Data for processing START
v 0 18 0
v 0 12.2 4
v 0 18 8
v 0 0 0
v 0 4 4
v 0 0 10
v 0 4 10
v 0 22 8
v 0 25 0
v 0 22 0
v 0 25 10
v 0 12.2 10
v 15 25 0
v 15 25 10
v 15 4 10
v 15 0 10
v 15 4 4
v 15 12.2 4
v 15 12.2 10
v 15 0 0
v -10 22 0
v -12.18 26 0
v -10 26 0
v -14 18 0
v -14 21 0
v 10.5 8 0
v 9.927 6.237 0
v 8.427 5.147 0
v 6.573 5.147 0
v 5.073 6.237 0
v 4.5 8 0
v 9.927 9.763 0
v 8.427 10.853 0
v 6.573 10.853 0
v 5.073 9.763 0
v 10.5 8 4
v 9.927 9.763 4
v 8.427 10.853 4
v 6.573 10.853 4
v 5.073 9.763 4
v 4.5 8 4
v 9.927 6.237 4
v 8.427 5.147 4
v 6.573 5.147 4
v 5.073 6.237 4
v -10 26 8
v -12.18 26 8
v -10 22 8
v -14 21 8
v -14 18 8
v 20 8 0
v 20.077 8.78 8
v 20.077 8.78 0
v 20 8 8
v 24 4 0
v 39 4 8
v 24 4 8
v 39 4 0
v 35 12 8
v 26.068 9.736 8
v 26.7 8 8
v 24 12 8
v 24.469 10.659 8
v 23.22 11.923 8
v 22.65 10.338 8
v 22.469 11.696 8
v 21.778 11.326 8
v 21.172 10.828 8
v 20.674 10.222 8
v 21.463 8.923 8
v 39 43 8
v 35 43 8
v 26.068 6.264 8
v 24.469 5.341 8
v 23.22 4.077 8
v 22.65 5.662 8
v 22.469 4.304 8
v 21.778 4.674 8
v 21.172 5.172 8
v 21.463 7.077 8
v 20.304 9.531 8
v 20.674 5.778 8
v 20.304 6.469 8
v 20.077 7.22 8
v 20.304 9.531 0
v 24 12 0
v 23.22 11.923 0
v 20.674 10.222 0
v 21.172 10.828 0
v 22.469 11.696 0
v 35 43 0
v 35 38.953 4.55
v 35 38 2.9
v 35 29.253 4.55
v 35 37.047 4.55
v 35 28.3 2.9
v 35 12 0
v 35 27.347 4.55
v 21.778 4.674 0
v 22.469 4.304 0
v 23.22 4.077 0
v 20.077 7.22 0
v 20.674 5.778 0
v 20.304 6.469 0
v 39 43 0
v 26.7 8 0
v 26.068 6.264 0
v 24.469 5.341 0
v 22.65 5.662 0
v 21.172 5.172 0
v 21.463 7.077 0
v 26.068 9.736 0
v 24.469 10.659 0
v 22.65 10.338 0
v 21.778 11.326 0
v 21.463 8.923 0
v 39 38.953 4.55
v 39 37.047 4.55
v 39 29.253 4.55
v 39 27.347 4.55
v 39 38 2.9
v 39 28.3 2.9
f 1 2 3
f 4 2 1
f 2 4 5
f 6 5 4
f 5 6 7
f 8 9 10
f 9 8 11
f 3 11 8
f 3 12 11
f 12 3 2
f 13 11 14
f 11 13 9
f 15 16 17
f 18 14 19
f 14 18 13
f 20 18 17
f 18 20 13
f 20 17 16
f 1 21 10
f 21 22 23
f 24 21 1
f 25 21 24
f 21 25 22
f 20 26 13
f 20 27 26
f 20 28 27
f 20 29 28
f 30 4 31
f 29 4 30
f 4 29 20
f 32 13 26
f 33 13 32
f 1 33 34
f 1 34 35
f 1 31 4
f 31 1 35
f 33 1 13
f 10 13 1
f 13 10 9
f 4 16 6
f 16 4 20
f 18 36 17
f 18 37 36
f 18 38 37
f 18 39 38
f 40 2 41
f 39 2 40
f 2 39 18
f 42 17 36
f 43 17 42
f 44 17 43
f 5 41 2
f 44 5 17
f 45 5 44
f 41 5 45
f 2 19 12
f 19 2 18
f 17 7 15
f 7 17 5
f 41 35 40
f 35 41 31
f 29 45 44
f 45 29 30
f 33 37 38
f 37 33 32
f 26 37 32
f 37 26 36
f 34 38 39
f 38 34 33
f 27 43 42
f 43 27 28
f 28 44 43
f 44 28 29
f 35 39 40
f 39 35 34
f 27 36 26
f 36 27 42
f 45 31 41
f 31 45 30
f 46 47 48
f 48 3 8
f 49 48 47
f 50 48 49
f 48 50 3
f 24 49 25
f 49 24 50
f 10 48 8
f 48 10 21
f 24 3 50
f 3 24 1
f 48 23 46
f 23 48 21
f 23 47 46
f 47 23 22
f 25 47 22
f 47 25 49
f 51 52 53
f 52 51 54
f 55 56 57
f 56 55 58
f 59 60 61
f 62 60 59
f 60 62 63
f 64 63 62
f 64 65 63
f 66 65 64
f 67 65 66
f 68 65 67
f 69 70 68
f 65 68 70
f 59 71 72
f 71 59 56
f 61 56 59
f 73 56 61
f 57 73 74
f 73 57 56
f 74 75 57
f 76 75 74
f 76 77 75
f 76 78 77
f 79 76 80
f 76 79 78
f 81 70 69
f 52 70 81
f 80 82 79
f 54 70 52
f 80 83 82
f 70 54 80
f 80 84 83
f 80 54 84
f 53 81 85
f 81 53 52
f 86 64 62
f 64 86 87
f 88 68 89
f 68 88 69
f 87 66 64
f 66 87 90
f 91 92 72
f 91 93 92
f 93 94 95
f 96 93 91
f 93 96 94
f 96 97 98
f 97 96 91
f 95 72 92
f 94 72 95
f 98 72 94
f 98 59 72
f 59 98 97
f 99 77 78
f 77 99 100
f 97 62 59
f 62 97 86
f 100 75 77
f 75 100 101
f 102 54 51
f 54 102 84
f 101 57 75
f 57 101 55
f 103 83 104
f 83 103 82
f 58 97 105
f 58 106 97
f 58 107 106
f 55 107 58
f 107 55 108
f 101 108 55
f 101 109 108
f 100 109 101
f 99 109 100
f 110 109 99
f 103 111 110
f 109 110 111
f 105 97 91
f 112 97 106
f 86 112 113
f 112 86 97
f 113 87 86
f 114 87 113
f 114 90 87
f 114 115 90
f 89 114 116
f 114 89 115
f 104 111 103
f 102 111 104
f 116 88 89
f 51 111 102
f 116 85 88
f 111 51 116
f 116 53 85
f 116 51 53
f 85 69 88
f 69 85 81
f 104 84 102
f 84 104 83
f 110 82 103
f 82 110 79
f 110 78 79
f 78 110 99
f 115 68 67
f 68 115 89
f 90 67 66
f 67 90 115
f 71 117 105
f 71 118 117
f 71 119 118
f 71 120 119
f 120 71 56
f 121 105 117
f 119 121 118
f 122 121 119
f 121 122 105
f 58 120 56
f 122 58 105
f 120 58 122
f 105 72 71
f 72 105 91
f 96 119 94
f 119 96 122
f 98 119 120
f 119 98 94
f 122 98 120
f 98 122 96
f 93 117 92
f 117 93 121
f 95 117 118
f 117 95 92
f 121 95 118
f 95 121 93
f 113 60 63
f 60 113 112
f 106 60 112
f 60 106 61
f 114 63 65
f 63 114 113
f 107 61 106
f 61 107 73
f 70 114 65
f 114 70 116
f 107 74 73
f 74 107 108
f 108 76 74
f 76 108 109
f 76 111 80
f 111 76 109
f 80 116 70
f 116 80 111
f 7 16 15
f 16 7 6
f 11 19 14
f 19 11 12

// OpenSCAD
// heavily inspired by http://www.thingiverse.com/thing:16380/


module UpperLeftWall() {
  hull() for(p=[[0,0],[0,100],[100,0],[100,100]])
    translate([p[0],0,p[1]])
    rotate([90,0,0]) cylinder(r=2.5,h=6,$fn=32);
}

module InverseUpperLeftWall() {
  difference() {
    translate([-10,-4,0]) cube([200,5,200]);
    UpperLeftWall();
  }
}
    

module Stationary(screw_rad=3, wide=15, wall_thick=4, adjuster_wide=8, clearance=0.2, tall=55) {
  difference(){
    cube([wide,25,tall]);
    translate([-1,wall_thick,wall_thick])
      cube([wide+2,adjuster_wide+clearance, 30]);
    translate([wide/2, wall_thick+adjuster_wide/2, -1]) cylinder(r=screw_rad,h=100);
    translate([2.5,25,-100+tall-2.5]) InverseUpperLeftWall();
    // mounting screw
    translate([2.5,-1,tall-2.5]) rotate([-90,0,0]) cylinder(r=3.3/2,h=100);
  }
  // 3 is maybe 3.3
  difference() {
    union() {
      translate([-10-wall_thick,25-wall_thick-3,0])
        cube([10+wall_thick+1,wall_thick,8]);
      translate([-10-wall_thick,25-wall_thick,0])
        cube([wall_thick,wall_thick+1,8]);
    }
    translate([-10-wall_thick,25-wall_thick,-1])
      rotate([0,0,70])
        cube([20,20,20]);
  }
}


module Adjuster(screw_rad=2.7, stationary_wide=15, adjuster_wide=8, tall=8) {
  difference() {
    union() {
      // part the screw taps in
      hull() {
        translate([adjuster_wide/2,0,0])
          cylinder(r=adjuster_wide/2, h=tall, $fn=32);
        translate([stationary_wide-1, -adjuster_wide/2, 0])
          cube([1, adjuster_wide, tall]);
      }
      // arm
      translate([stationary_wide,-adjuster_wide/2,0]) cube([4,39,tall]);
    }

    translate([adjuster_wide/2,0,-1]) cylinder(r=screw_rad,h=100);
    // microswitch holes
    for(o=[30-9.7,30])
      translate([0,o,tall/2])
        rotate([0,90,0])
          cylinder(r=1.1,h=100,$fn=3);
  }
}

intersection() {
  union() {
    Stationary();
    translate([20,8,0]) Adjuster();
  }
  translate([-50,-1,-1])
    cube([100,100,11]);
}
Data for processing END
* _Task to complete_
Only those lines of the entries above that run from the line containing "f 100 109 101" to the line containing "f 71 120 119", both included, should be transcribed exactly.

* _Solution to this problem_
f 100 109 101
f 99 109 100
f 110 109 99
f 103 111 110
f 109 110 111
f 105 97 91
f 112 97 106
f 86 112 113
f 112 86 97
f 113 87 86
f 114 87 113
f 114 90 87
f 114 115 90
f 89 114 116
f 114 89 115
f 104 111 103
f 102 111 104
f 116 88 89
f 51 111 102
f 116 85 88
f 111 51 116
f 116 53 85
f 116 51 53
f 85 69 88
f 69 85 81
f 104 84 102
f 84 104 83
f 110 82 103
f 82 110 79
f 110 78 79
f 78 110 99
f 115 68 67
f 68 115 89
f 90 67 66
f 67 90 115
f 71 117 105
f 71 118 117
f 71 119 118
f 71 120 119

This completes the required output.